Brian Eno studioCe manifeste n’est pas le seul à avoir permis à l’artiste de “créer” un nouveau genre musical. Aux États-Unis, en 1991, Kathleen Hanna, chanteuse du groupe Bikini Kill, publie, dans le zine Bikini Kill Zine 2 le manifeste du mouvement Riot Grrrl. Ce manifeste, est la concrétisation d’envies d’indépendance et d’unité, mais surtout des valeurs féministes et humanistes du mouvement. Contrairement au manifeste de Brian Eno, celui de Riot Grrrl est précis, militant et politisé. Il est la fondation d’une communauté marginale au sein même d’un mouvement alternatif.

Il devient ici évident que le manifeste (re)prend sa définition première qui est celui d’une déclaration écrite, publique et solennelle, par laquelle une instance ou un groupement – souvent politisé – expose son programme, justifie sa position. Il y a une véritable notion de politique et de justification d’une position dans le concept du manifeste. C’est en cela que le manifeste du Britannique Matthew Herbert est l’un des plus intéressant. Contrairement aux artistes précédemment cités, le manifeste de Herbert lui est propre. Il le commence d’ailleurs en écrivant :

“Ceci est un modèle pour mon travail propre et n’est en aucun cas une formule définitive pour la composition musicale, qu’elle soit de moi ou d’autrui.”
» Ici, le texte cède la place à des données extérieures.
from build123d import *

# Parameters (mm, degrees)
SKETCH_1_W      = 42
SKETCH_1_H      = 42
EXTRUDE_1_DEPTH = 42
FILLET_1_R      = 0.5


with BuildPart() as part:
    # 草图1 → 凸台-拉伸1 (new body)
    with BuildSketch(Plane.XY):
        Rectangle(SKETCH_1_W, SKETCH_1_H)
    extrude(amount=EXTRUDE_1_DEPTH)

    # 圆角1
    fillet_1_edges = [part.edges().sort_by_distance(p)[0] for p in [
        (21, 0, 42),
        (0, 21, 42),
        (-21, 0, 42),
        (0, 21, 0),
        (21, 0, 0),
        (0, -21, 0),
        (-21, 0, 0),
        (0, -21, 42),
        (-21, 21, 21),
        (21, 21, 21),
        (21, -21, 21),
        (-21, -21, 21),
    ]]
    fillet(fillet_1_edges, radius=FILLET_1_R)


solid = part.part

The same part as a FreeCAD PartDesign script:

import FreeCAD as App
import Part
import Sketcher

V = App.Vector
Q = App.Units.Quantity

doc = App.newDocument("Part")
params = doc.addObject("Spreadsheet::Sheet", "Params")
for row, (alias, value) in enumerate([
    ("sketch1_width", "42 mm"),
    ("pad1_length", "42 mm"),
    ("fillet_radius", "0.5 mm"),
], start=1):
    params.set(f"A{row}", alias)
    params.set(f"B{row}", "=" + value)
    params.setAlias(f"B{row}", alias)

body = doc.addObject("PartDesign::Body", "Body")

# Sketch on XY plane
sketch1 = doc.addObject("Sketcher::SketchObject", "Sketch")
body.addObject(sketch1)
sketch1.AttachmentSupport = (doc.XY_Plane, [""])
sketch1.MapMode = "FlatFace"
sketch1.addGeometry([
    Part.LineSegment(V(-21, 21, 0), V(-21, -21, 0)),
    Part.LineSegment(V(-21, -21, 0), V(21, -21, 0)),
    Part.LineSegment(V(21, -21, 0), V(21, 21, 0)),
    Part.LineSegment(V(21, 21, 0), V(-21, 21, 0)),
], False)
sketch1.addConstraint([
    Sketcher.Constraint("Coincident", 0, 2, 1, 1),
    Sketcher.Constraint("Coincident", 1, 2, 2, 1),
    Sketcher.Constraint("Coincident", 2, 2, 3, 1),
    Sketcher.Constraint("Coincident", 3, 2, 0, 1),
    Sketcher.Constraint("Vertical", 0),
    Sketcher.Constraint("Horizontal", 1),
    Sketcher.Constraint("Vertical", 2),
    Sketcher.Constraint("Horizontal", 3),
    Sketcher.Constraint("Symmetric", 0, 2, 2, 2, -1, 1),
    Sketcher.Constraint("Equal", 3, 0),
    Sketcher.Constraint("DistanceX", 1, 1, 1, 2, Q("42 mm")),
])
sketch1.setExpression("Constraints[10]", "Params.sketch1_width")
pad1 = doc.addObject("PartDesign::Pad", "Pad")
body.addObject(pad1)
pad1.Profile = sketch1
pad1.setExpression("Length", "Params.pad1_length")
doc.recompute()

fillet = doc.addObject("PartDesign::Fillet", "Fillet")
body.addObject(fillet)
fillet.Base = (pad1, ["Edge1"])
fillet.UseAllEdges = True
fillet.setExpression("Radius", "Params.fillet_radius")

doc.recompute()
D’emblée, Herbert nous présente un texte rigide et précis, se présentant sous la forme d’une liste de règles et de limitations qu’il se doit de respecter tout au long de sa carrière, dans la mesure du possible. Ces règles et ce manifeste sont donc au cœur de sa pratique musicale. Le texte s’appelle : “Personal Contract For The Composition Of Music [Incorporating The Manifesto Of Mistakes]” et présente ainsi la notion de contrat : contrat qui l’engage à créer sa musique de cette manière. Il y écrit par exemple qu’il lui est formellement interdit de sampler la musique d’autrui, et que seuls les sons générés au début du processus de composition ou disponibles dans son archive personnelle de sons inutilisés peuvent être samplés.

Il s’est ainsi retrouvé à manipuler des sons de poules, du corps humain, ainsi que d’explosions et de nourriture. Le résultat de ce travail expérimental nous présente ce que cela peut signifier de vivre sur terre dans le contexte actuel. Mais heureusement pour nous et pour lui, Matthew Herbert prend la liberté de temps à autre de faire de la musique sans son manifeste. Lors d’une conférence au sein de l’édition de 2016 du festival d’Ableton, “Loop”, Matthew a avoué que cela lui faisait du bien de faire une pause et de faire de la musique juste pour faire de la musique. Sans règles. Sans limites. Pourtant, cela ne lui empêche pas de ressentir un peu de culpabilité. Ce qui paraît étrange dit comme ça, mais si l’on se met dans la tête de Herbert et de ses codes bien définis sur la création, on ne peut que comprendre son impression de commettre une faute en les transgressant.

C’est une démarche qui, comme avec les deux manifestes mentionnés auparavant, pousse l’artiste à créer dans un espace plus large que celui de l’individu, de l’ego. C’est une démarche qui cherche à inspirer à faire mieux, et à avoir une place sensée, intelligente et en constante réflexion sur le fonctionnement du monde.